Work request: In the data that follows, find the line with "#14=VERTEX_POINT('',#13);"; transcribe it, every later line up to the one with "#54=VERTEX_POINT('',#53);", and that line as well, exactly and with no others.

------ Information given

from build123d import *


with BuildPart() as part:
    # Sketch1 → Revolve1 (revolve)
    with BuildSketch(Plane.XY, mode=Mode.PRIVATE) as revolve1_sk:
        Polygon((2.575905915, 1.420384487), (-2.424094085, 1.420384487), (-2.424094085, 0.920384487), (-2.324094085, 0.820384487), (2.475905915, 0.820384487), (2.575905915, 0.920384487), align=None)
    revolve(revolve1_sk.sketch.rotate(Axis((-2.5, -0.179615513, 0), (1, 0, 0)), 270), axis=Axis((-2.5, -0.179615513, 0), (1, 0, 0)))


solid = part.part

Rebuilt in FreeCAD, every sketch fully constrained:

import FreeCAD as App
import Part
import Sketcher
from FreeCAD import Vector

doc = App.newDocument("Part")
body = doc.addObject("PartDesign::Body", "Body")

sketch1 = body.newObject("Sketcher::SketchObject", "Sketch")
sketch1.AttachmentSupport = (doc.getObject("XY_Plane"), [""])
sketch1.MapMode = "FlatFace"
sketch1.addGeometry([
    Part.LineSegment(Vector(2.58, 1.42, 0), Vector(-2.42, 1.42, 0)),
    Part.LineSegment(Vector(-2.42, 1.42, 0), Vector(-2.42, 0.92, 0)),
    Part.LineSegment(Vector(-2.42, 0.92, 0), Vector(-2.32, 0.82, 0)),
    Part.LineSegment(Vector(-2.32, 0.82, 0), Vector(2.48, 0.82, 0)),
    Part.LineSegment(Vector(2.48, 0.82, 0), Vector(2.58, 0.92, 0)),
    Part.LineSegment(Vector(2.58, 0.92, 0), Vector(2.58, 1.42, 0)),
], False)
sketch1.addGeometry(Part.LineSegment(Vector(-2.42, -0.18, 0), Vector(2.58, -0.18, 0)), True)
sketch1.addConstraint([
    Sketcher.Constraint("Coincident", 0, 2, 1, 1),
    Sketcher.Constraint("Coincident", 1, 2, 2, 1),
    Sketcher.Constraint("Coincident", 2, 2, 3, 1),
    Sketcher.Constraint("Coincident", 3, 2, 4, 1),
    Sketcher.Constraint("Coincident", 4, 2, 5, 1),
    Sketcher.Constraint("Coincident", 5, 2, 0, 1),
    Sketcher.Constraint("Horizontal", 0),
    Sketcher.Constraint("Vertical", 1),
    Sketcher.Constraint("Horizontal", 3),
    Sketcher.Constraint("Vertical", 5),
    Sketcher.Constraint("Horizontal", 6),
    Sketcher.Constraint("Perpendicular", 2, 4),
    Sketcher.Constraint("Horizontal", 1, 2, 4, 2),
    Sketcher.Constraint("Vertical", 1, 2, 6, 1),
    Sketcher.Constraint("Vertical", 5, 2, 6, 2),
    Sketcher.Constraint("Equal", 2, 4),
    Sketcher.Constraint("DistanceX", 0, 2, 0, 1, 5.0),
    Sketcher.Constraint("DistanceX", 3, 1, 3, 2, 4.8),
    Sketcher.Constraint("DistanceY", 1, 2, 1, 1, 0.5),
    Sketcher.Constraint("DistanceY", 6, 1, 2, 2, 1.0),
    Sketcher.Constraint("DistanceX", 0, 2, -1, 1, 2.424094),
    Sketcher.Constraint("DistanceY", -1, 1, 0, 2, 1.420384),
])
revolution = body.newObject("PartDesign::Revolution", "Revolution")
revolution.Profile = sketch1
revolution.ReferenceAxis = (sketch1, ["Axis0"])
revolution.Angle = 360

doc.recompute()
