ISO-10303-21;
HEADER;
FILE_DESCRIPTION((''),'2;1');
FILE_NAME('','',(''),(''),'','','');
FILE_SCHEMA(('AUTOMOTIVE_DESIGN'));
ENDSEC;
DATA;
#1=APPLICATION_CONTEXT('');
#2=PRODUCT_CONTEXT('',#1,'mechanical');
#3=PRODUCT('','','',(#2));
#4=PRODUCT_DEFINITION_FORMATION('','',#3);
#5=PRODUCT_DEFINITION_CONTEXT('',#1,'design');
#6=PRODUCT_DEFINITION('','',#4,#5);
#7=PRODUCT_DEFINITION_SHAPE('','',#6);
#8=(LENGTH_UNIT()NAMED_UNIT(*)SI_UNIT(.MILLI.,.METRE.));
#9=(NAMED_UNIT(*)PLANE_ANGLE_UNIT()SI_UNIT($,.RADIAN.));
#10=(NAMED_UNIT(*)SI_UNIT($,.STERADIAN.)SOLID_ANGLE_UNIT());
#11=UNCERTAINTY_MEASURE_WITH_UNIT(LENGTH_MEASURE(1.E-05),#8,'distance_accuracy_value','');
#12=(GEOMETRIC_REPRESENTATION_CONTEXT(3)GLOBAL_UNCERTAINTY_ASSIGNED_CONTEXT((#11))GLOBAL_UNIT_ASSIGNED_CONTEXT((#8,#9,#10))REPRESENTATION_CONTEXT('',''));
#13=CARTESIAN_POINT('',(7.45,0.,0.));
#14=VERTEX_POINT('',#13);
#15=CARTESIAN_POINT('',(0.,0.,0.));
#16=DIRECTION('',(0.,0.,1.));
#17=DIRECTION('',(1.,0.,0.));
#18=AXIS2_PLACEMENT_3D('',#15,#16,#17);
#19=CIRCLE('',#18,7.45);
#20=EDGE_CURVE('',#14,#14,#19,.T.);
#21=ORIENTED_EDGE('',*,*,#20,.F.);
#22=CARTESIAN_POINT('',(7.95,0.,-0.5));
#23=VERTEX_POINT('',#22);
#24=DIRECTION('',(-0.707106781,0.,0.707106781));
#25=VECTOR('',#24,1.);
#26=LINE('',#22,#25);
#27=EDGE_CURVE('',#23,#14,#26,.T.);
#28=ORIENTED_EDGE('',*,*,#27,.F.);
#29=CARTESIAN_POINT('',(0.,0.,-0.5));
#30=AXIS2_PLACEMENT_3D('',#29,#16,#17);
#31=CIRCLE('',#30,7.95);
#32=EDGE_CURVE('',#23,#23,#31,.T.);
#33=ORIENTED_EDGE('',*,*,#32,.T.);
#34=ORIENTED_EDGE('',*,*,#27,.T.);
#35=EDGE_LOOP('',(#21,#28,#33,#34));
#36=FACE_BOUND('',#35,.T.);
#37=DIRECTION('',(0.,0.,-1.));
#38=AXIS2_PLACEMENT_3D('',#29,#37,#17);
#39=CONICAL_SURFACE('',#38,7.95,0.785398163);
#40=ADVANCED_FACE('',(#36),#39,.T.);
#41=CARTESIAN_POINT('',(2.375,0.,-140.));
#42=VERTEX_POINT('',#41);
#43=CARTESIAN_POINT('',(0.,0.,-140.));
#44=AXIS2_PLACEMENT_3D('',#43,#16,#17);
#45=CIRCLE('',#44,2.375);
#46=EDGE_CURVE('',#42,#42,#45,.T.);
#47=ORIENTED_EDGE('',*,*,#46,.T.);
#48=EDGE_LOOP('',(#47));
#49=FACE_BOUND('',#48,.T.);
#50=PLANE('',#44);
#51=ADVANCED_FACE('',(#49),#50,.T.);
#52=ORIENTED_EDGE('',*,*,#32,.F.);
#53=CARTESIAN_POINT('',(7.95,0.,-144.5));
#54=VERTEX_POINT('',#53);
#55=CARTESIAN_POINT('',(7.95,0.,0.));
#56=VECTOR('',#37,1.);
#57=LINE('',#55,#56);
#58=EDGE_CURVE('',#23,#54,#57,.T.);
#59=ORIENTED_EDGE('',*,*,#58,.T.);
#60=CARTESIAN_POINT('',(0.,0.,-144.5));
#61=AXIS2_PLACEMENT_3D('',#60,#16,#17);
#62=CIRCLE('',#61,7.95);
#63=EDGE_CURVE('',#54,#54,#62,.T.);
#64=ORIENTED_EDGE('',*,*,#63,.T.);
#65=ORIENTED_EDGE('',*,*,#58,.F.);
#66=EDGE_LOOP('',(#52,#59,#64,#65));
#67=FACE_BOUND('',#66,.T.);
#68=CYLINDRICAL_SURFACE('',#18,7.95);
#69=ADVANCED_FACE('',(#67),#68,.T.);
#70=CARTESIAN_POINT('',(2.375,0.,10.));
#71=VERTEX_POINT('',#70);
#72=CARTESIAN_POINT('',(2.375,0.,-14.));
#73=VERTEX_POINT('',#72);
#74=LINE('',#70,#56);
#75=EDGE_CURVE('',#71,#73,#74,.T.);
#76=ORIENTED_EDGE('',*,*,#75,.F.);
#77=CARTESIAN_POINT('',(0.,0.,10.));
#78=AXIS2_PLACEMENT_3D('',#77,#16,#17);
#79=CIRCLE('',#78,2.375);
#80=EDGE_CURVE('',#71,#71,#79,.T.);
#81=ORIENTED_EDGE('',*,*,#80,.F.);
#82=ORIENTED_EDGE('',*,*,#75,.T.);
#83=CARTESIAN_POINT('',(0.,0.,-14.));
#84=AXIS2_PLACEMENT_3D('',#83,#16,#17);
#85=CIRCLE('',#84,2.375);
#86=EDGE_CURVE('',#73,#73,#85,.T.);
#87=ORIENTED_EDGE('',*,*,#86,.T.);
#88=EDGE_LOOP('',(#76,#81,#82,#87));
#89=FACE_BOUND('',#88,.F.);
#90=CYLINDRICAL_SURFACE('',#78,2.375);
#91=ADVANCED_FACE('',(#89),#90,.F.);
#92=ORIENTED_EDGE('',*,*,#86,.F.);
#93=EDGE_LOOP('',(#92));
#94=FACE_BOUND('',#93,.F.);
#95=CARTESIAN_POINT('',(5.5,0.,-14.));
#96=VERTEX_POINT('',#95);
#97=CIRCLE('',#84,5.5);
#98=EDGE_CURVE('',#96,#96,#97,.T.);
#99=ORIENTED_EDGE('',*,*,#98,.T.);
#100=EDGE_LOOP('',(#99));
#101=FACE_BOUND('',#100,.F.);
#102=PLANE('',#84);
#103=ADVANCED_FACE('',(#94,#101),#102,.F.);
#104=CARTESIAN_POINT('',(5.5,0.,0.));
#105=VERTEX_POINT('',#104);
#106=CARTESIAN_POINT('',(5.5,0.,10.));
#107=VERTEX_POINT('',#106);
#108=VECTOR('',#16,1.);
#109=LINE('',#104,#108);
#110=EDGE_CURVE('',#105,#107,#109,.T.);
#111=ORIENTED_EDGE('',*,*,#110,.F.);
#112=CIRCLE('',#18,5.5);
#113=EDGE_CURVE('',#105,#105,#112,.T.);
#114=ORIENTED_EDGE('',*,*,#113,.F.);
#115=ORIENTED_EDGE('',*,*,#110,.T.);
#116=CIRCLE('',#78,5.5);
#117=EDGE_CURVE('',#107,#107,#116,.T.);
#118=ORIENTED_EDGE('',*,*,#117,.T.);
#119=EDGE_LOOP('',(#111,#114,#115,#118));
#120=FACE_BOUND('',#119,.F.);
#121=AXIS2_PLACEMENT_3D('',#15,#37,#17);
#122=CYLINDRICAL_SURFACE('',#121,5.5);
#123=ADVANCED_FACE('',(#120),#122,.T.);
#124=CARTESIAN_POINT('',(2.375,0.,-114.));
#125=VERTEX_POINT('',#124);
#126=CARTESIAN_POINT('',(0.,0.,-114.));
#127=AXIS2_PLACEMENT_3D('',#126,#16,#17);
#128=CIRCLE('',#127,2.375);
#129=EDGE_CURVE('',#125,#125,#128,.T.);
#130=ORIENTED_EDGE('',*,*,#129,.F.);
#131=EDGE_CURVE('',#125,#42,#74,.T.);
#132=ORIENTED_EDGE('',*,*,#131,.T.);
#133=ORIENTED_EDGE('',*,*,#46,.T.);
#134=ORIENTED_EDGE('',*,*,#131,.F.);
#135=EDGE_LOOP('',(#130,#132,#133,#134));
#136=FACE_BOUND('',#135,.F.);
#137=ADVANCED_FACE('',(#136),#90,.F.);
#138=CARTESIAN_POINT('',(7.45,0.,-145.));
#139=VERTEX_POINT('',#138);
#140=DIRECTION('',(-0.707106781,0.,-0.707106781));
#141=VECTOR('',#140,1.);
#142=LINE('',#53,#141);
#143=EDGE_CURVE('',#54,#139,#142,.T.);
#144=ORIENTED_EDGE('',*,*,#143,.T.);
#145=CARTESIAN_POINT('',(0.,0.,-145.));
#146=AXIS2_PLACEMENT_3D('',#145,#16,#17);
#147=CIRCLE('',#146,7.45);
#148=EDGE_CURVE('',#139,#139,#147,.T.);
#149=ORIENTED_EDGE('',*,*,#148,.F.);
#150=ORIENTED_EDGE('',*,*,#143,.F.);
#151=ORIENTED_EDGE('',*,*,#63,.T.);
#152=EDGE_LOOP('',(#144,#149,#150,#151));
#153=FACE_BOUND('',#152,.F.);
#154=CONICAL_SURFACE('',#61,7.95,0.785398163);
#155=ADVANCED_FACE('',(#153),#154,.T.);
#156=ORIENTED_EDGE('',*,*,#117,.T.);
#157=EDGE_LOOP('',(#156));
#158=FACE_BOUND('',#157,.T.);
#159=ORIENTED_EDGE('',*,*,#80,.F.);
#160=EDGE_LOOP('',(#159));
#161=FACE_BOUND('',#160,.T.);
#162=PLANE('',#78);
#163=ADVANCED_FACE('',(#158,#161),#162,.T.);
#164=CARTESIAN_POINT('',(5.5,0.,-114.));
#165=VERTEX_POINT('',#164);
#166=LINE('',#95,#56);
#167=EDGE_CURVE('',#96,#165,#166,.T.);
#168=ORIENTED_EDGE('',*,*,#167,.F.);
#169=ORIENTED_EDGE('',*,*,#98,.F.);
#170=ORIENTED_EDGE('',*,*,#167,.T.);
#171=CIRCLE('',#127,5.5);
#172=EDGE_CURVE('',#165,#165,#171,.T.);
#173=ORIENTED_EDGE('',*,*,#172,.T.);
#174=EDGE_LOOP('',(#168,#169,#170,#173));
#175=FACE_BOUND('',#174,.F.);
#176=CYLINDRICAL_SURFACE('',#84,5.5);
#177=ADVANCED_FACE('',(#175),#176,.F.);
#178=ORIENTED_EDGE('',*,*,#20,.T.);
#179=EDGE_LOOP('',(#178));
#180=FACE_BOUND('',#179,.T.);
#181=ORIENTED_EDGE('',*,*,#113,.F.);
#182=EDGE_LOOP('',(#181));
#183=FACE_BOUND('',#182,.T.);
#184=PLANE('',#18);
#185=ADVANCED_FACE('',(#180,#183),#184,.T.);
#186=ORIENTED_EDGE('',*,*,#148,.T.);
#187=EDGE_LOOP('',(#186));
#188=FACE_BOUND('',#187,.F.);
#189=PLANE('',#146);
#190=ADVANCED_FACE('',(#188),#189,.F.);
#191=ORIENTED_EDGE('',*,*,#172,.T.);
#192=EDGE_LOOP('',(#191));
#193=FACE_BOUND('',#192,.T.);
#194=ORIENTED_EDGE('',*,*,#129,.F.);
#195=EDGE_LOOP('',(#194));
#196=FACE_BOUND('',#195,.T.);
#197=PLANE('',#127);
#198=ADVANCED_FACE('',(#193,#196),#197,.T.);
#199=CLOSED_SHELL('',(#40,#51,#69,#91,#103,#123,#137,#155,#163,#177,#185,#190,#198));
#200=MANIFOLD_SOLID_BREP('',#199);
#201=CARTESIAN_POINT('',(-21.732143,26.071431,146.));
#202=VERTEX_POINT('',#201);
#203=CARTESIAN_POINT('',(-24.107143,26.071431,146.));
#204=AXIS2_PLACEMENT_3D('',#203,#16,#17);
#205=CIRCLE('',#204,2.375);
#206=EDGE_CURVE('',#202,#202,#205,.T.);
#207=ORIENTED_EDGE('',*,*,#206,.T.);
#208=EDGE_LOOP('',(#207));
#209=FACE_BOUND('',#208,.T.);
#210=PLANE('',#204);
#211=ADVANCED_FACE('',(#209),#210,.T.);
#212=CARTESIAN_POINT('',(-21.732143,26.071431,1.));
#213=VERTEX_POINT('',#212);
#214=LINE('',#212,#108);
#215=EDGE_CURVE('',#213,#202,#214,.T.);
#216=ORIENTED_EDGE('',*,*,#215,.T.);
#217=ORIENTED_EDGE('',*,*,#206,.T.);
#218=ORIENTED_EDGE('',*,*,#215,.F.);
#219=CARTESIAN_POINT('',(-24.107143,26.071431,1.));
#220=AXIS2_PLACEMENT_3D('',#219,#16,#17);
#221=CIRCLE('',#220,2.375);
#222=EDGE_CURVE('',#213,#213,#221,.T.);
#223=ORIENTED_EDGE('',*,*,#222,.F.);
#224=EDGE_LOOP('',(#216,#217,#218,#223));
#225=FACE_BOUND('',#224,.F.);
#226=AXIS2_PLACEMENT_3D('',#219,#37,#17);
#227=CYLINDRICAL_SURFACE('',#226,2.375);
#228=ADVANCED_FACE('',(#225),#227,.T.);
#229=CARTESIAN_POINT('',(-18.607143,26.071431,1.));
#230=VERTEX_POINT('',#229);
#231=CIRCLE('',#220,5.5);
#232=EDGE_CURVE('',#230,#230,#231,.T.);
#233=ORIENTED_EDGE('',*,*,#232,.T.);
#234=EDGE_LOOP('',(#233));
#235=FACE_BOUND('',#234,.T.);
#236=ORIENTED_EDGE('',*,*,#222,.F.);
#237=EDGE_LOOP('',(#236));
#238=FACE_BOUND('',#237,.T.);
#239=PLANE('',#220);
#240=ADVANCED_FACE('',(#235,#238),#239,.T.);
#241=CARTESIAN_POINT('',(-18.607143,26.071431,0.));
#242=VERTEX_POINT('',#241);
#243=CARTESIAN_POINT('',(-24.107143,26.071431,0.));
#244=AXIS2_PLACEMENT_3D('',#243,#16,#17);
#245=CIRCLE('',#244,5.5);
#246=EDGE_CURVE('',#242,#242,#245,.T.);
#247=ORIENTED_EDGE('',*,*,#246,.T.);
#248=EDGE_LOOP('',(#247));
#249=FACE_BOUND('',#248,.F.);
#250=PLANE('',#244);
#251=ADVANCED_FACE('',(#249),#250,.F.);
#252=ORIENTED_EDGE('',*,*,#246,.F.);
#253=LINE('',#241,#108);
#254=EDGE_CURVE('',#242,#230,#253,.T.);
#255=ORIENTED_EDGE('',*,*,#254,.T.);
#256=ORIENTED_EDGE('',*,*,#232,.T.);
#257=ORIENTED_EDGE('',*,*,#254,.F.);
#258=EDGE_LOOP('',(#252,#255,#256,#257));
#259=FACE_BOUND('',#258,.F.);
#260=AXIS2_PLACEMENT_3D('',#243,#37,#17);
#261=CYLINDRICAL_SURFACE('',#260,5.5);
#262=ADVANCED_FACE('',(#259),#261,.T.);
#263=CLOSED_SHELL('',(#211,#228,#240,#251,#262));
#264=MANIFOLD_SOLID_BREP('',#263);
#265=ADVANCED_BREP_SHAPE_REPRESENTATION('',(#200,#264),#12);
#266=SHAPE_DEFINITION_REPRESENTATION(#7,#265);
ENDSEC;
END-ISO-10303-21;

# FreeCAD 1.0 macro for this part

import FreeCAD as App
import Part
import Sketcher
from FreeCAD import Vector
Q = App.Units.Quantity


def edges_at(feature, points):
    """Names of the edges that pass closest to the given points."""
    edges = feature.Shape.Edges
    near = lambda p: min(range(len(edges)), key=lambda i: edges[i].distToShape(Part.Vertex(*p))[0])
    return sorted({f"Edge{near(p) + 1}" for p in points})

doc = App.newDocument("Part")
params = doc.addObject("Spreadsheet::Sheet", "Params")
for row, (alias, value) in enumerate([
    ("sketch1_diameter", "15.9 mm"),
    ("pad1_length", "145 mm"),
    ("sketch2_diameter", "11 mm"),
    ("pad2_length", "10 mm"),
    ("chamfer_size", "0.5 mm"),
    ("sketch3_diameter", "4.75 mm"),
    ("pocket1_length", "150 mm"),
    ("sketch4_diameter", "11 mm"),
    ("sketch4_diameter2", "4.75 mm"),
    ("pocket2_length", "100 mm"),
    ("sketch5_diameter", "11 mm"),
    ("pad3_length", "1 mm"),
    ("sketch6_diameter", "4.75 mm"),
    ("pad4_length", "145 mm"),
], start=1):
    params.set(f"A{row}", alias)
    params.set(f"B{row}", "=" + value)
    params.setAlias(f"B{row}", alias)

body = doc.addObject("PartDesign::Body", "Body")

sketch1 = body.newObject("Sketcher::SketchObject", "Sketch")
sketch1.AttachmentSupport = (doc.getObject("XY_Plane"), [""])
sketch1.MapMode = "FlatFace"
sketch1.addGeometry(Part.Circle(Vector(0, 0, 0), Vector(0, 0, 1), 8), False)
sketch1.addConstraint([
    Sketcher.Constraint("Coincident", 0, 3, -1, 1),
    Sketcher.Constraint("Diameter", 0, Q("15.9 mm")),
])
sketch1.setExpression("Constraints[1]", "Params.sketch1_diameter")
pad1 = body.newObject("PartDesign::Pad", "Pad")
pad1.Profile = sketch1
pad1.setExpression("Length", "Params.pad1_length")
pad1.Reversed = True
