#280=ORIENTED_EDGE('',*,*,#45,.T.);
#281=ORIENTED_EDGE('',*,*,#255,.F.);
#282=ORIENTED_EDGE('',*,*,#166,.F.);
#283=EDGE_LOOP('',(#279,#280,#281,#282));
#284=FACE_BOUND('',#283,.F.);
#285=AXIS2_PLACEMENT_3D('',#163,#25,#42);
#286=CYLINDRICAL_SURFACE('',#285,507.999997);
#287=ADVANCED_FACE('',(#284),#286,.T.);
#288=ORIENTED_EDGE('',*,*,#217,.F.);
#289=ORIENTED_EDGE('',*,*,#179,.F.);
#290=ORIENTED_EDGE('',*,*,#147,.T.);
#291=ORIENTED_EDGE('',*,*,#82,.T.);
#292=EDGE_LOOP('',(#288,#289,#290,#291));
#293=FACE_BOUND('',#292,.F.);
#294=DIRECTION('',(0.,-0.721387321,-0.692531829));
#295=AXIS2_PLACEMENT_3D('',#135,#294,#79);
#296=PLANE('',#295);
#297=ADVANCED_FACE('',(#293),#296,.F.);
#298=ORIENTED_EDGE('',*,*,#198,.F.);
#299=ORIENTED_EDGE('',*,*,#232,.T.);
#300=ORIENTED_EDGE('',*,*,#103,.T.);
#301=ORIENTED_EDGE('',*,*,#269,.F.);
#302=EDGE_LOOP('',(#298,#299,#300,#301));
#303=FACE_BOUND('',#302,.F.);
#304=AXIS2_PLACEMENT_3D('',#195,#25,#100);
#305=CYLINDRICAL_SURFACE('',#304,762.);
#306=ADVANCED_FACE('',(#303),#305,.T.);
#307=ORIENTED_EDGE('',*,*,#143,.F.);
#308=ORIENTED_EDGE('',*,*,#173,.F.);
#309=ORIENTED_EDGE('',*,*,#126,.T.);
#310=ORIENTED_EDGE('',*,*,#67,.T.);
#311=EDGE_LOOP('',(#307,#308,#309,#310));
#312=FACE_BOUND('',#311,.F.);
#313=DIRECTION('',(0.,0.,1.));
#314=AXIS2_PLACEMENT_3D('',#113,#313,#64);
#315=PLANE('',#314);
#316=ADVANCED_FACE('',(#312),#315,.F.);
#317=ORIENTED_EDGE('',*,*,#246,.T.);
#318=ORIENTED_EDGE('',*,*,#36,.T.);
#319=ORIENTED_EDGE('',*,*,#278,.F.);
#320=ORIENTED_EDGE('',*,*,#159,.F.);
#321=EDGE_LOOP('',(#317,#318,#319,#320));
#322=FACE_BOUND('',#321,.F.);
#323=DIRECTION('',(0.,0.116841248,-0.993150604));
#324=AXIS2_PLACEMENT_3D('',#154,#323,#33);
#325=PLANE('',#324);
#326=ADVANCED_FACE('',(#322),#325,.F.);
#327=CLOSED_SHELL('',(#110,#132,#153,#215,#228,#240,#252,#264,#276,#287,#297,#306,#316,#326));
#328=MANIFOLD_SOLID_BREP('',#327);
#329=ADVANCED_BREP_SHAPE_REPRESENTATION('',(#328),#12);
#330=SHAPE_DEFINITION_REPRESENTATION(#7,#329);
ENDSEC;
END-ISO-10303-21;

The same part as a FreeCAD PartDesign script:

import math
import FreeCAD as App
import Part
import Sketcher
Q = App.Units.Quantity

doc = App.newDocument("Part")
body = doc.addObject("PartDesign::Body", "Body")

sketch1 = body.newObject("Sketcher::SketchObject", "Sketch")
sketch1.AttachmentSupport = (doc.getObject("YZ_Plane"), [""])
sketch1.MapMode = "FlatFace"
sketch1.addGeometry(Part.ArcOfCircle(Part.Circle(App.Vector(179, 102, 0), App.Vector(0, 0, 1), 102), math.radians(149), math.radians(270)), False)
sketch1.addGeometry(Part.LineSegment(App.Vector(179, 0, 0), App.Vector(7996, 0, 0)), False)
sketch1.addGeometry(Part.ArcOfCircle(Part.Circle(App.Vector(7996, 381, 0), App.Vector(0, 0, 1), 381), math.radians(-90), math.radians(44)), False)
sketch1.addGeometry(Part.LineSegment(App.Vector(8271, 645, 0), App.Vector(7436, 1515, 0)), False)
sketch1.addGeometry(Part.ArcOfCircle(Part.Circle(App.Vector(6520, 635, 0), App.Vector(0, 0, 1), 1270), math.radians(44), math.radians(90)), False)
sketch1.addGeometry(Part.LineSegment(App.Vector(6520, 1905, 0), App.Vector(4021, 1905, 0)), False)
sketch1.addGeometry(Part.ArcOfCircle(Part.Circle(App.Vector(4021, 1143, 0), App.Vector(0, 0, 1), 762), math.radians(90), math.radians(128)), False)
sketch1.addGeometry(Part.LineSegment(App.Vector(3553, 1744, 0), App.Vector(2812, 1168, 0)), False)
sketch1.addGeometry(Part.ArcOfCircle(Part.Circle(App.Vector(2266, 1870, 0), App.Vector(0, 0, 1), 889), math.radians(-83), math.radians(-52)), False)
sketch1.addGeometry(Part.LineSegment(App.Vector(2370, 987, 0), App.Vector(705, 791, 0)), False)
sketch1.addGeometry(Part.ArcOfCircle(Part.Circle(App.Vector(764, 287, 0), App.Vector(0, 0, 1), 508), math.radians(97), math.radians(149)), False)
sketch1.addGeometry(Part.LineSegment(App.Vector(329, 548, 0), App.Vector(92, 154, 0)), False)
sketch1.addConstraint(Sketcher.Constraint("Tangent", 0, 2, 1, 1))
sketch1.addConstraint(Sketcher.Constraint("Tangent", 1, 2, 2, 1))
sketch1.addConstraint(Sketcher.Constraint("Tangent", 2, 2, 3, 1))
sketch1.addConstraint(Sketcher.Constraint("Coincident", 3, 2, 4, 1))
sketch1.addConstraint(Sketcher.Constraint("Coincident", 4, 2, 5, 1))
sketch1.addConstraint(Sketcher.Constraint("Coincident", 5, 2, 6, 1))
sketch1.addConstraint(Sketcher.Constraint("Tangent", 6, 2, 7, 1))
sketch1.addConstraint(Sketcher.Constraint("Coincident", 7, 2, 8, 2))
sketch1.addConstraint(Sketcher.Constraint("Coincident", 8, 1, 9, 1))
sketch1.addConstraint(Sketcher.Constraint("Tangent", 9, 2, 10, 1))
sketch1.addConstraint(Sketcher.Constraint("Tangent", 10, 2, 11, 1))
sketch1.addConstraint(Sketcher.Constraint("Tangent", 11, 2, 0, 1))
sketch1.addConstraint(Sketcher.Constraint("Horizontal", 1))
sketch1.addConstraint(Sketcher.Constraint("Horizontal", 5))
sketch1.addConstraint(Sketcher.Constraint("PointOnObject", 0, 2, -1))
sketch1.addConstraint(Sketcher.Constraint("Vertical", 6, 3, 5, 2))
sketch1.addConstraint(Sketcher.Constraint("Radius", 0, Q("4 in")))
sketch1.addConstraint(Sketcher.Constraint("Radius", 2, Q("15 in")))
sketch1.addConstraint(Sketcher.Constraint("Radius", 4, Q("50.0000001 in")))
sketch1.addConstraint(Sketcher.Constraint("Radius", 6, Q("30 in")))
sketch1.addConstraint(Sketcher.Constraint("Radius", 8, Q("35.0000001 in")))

------------

Completed task:
#14=VERTEX_POINT('',#13);
#15=CARTESIAN_POINT('',(0.,0.,0.));
#16=DIRECTION('',(0.,0.,1.));
#17=DIRECTION('',(1.,0.,0.));
#18=AXIS2_PLACEMENT_3D('',#15,#16,#17);
#19=CIRCLE('',#18,7.45);
#20=EDGE_CURVE('',#14,#14,#19,.T.);
#21=ORIENTED_EDGE('',*,*,#20,.F.);
#22=CARTESIAN_POINT('',(7.95,0.,-0.5));
#23=VERTEX_POINT('',#22);
#24=DIRECTION('',(-0.707106781,0.,0.707106781));
#25=VECTOR('',#24,1.);
#26=LINE('',#22,#25);
#27=EDGE_CURVE('',#23,#14,#26,.T.);
#28=ORIENTED_EDGE('',*,*,#27,.F.);
#29=CARTESIAN_POINT('',(0.,0.,-0.5));
#30=AXIS2_PLACEMENT_3D('',#29,#16,#17);
#31=CIRCLE('',#30,7.95);
#32=EDGE_CURVE('',#23,#23,#31,.T.);
#33=ORIENTED_EDGE('',*,*,#32,.T.);
#34=ORIENTED_EDGE('',*,*,#27,.T.);
#35=EDGE_LOOP('',(#21,#28,#33,#34));
#36=FACE_BOUND('',#35,.T.);
#37=DIRECTION('',(0.,0.,-1.));
#38=AXIS2_PLACEMENT_3D('',#29,#37,#17);
#39=CONICAL_SURFACE('',#38,7.95,0.785398163);
#40=ADVANCED_FACE('',(#36),#39,.T.);
#41=CARTESIAN_POINT('',(2.375,0.,-140.));
#42=VERTEX_POINT('',#41);
#43=CARTESIAN_POINT('',(0.,0.,-140.));
#44=AXIS2_PLACEMENT_3D('',#43,#16,#17);
#45=CIRCLE('',#44,2.375);
#46=EDGE_CURVE('',#42,#42,#45,.T.);
#47=ORIENTED_EDGE('',*,*,#46,.T.);
#48=EDGE_LOOP('',(#47));
#49=FACE_BOUND('',#48,.T.);
#50=PLANE('',#44);
#51=ADVANCED_FACE('',(#49),#50,.T.);
#52=ORIENTED_EDGE('',*,*,#32,.F.);
#53=CARTESIAN_POINT('',(7.95,0.,-144.5));
#54=VERTEX_POINT('',#53);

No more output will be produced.